(Saved data entries)
-- Opening Marker --

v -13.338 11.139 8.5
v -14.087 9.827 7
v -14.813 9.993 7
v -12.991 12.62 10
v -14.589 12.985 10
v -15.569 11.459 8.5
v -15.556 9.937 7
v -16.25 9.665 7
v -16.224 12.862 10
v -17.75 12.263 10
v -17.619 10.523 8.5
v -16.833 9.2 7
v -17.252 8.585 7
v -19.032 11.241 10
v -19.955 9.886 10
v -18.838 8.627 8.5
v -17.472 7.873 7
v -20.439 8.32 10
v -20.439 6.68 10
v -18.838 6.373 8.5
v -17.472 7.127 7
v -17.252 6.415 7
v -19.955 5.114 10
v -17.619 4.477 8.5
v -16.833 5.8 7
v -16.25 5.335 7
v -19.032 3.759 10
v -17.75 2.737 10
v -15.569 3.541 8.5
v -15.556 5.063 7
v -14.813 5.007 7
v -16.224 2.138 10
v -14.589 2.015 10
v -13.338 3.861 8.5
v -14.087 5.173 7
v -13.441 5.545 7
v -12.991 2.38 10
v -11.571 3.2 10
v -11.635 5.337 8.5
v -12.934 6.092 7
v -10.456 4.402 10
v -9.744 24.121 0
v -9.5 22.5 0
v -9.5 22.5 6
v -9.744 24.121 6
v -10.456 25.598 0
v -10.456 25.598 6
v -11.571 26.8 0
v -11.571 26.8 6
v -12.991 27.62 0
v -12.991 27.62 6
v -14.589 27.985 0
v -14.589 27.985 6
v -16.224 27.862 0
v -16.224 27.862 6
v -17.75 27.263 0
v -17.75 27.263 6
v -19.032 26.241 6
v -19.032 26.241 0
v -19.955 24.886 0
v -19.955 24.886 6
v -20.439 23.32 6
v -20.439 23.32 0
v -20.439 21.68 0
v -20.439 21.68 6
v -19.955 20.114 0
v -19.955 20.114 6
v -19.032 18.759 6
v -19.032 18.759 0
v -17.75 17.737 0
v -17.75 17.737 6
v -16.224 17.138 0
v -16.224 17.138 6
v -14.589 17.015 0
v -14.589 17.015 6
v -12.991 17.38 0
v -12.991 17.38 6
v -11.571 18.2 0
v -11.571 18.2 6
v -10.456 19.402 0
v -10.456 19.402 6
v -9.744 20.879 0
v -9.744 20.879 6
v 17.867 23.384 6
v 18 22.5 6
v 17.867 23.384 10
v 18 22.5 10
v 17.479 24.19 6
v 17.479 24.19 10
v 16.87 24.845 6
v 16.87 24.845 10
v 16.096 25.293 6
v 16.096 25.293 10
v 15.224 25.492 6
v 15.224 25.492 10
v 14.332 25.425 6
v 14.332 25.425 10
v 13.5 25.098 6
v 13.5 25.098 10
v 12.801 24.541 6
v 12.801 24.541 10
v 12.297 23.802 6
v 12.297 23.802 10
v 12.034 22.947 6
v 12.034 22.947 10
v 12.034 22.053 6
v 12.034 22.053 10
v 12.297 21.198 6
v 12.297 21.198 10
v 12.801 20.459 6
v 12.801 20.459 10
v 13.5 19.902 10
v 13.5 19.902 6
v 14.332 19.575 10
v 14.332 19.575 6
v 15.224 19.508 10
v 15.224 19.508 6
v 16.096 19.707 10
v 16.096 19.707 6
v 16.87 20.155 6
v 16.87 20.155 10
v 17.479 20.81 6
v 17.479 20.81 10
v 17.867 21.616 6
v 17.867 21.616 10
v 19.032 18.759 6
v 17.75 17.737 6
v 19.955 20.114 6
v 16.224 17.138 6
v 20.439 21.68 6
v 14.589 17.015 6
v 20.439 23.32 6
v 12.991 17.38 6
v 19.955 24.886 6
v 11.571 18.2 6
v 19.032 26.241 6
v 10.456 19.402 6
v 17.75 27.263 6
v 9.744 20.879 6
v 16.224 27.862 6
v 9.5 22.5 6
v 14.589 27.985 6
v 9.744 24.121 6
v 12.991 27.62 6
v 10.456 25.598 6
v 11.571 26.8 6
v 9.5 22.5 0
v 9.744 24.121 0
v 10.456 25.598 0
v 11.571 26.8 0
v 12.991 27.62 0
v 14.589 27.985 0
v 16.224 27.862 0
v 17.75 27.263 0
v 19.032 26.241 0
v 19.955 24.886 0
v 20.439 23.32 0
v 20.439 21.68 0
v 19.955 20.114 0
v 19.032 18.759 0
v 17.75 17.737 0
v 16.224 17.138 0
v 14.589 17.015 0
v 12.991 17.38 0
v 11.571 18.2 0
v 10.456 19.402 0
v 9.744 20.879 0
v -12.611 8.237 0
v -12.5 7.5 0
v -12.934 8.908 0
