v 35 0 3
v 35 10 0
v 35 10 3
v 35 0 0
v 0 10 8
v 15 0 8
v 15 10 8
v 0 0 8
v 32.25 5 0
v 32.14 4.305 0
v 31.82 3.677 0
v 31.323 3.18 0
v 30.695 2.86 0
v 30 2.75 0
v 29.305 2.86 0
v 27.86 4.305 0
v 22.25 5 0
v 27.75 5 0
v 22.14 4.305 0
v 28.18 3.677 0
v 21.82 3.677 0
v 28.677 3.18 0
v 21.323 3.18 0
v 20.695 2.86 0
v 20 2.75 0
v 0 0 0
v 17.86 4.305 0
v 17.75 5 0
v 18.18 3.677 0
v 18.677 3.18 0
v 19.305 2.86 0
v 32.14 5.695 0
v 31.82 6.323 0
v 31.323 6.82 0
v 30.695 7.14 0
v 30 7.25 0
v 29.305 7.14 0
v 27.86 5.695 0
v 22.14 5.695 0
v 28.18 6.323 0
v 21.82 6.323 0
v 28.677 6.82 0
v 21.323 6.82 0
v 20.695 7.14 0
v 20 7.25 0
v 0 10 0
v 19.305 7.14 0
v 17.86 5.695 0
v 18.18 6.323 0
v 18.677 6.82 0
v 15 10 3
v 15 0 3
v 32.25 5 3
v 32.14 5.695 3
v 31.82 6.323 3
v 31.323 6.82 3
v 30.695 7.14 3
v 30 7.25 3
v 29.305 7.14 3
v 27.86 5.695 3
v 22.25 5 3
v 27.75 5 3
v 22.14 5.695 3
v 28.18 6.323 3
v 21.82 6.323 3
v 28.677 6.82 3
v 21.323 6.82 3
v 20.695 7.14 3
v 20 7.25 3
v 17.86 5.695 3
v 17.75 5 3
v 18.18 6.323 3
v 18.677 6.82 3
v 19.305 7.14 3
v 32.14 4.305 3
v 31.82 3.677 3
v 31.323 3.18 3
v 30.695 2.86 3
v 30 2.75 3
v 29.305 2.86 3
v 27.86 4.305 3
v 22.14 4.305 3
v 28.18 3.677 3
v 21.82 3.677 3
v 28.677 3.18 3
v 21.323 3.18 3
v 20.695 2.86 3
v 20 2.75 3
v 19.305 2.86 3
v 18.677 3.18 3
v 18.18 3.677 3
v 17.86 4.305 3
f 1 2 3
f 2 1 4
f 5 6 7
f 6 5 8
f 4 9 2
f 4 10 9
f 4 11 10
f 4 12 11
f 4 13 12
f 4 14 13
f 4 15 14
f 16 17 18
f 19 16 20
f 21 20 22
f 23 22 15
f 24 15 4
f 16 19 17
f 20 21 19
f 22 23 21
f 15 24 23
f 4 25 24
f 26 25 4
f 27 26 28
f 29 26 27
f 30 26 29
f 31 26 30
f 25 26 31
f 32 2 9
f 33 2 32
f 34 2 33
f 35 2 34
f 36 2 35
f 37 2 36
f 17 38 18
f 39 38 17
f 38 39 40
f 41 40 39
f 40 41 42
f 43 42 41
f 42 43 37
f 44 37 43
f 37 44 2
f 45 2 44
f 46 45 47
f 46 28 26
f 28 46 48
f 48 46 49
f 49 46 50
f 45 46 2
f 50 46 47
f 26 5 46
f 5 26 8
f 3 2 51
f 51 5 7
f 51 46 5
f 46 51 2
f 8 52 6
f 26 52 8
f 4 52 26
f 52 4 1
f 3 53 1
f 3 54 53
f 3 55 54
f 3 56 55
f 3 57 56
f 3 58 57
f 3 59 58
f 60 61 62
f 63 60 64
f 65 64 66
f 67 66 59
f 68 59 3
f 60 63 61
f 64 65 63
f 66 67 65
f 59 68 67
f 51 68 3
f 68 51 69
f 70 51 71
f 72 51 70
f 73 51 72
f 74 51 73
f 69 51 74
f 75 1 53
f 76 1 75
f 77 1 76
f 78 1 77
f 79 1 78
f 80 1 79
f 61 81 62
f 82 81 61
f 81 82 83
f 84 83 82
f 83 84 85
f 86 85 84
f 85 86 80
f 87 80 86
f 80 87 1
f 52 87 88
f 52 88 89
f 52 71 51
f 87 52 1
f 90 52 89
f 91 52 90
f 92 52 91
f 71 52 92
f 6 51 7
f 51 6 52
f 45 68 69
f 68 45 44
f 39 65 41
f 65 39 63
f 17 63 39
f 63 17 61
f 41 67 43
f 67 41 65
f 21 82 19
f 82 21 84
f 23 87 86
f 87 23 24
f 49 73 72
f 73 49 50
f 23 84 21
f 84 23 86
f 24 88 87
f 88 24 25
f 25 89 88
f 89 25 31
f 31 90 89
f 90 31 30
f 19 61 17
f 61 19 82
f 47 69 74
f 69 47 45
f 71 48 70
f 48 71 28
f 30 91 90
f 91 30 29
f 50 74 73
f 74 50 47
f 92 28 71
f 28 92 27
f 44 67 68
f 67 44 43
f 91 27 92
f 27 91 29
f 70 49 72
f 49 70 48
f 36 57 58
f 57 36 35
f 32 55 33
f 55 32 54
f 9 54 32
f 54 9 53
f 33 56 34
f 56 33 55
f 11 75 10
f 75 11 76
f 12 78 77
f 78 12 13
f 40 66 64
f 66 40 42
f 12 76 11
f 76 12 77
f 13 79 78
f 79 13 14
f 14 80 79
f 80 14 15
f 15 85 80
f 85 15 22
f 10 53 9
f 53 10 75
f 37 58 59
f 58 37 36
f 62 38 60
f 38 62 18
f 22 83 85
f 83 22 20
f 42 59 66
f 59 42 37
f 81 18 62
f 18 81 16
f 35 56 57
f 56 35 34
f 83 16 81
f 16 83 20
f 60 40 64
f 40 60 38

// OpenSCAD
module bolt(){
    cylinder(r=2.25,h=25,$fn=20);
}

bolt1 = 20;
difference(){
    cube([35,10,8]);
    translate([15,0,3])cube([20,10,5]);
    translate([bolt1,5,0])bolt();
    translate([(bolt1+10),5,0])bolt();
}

-- Closing Marker --

| WORK REQUEST |
Write down again, exactly as given, only the lines above that fall from the line with "v 14.589 17.015 6" to the line with "v 31.323 3.18 3", inclusive.

| EXERCISE RESULT |
v 14.589 17.015 6
v 20.439 23.32 6
v 12.991 17.38 6
v 19.955 24.886 6
v 11.571 18.2 6
v 19.032 26.241 6
v 10.456 19.402 6
v 17.75 27.263 6
v 9.744 20.879 6
v 16.224 27.862 6
v 9.5 22.5 6
v 14.589 27.985 6
v 9.744 24.121 6
v 12.991 27.62 6
v 10.456 25.598 6
v 11.571 26.8 6
v 9.5 22.5 0
v 9.744 24.121 0
v 10.456 25.598 0
v 11.571 26.8 0
v 12.991 27.62 0
v 14.589 27.985 0
v 16.224 27.862 0
v 17.75 27.263 0
v 19.032 26.241 0
v 19.955 24.886 0
v 20.439 23.32 0
v 20.439 21.68 0
v 19.955 20.114 0
v 19.032 18.759 0
v 17.75 17.737 0
v 16.224 17.138 0
v 14.589 17.015 0
v 12.991 17.38 0
v 11.571 18.2 0
v 10.456 19.402 0
v 9.744 20.879 0
v -12.611 8.237 0
v -12.5 7.5 0
v -12.934 8.908 0
v 35 0 3
v 35 10 0
v 35 10 3
v 35 0 0
v 0 10 8
v 15 0 8
v 15 10 8
v 0 0 8
v 32.25 5 0
v 32.14 4.305 0
v 31.82 3.677 0
v 31.323 3.18 0
v 30.695 2.86 0
v 30 2.75 0
v 29.305 2.86 0
v 27.86 4.305 0
v 22.25 5 0
v 27.75 5 0
v 22.14 4.305 0
v 28.18 3.677 0
v 21.82 3.677 0
v 28.677 3.18 0
v 21.323 3.18 0
v 20.695 2.86 0
v 20 2.75 0
v 0 0 0
v 17.86 4.305 0
v 17.75 5 0
v 18.18 3.677 0
v 18.677 3.18 0
v 19.305 2.86 0
v 32.14 5.695 0
v 31.82 6.323 0
v 31.323 6.82 0
v 30.695 7.14 0
v 30 7.25 0
v 29.305 7.14 0
v 27.86 5.695 0
v 22.14 5.695 0
v 28.18 6.323 0
v 21.82 6.323 0
v 28.677 6.82 0
v 21.323 6.82 0
v 20.695 7.14 0
v 20 7.25 0
v 0 10 0
v 19.305 7.14 0
v 17.86 5.695 0
v 18.18 6.323 0
v 18.677 6.82 0
v 15 10 3
v 15 0 3
v 32.25 5 3
v 32.14 5.695 3
v 31.82 6.323 3
v 31.323 6.82 3
v 30.695 7.14 3
v 30 7.25 3
v 29.305 7.14 3
v 27.86 5.695 3
v 22.25 5 3
v 27.75 5 3
v 22.14 5.695 3
v 28.18 6.323 3
v 21.82 6.323 3
v 28.677 6.82 3
v 21.323 6.82 3
v 20.695 7.14 3
v 20 7.25 3
v 17.86 5.695 3
v 17.75 5 3
v 18.18 6.323 3
v 18.677 6.82 3
v 19.305 7.14 3
v 32.14 4.305 3
v 31.82 3.677 3
v 31.323 3.18 3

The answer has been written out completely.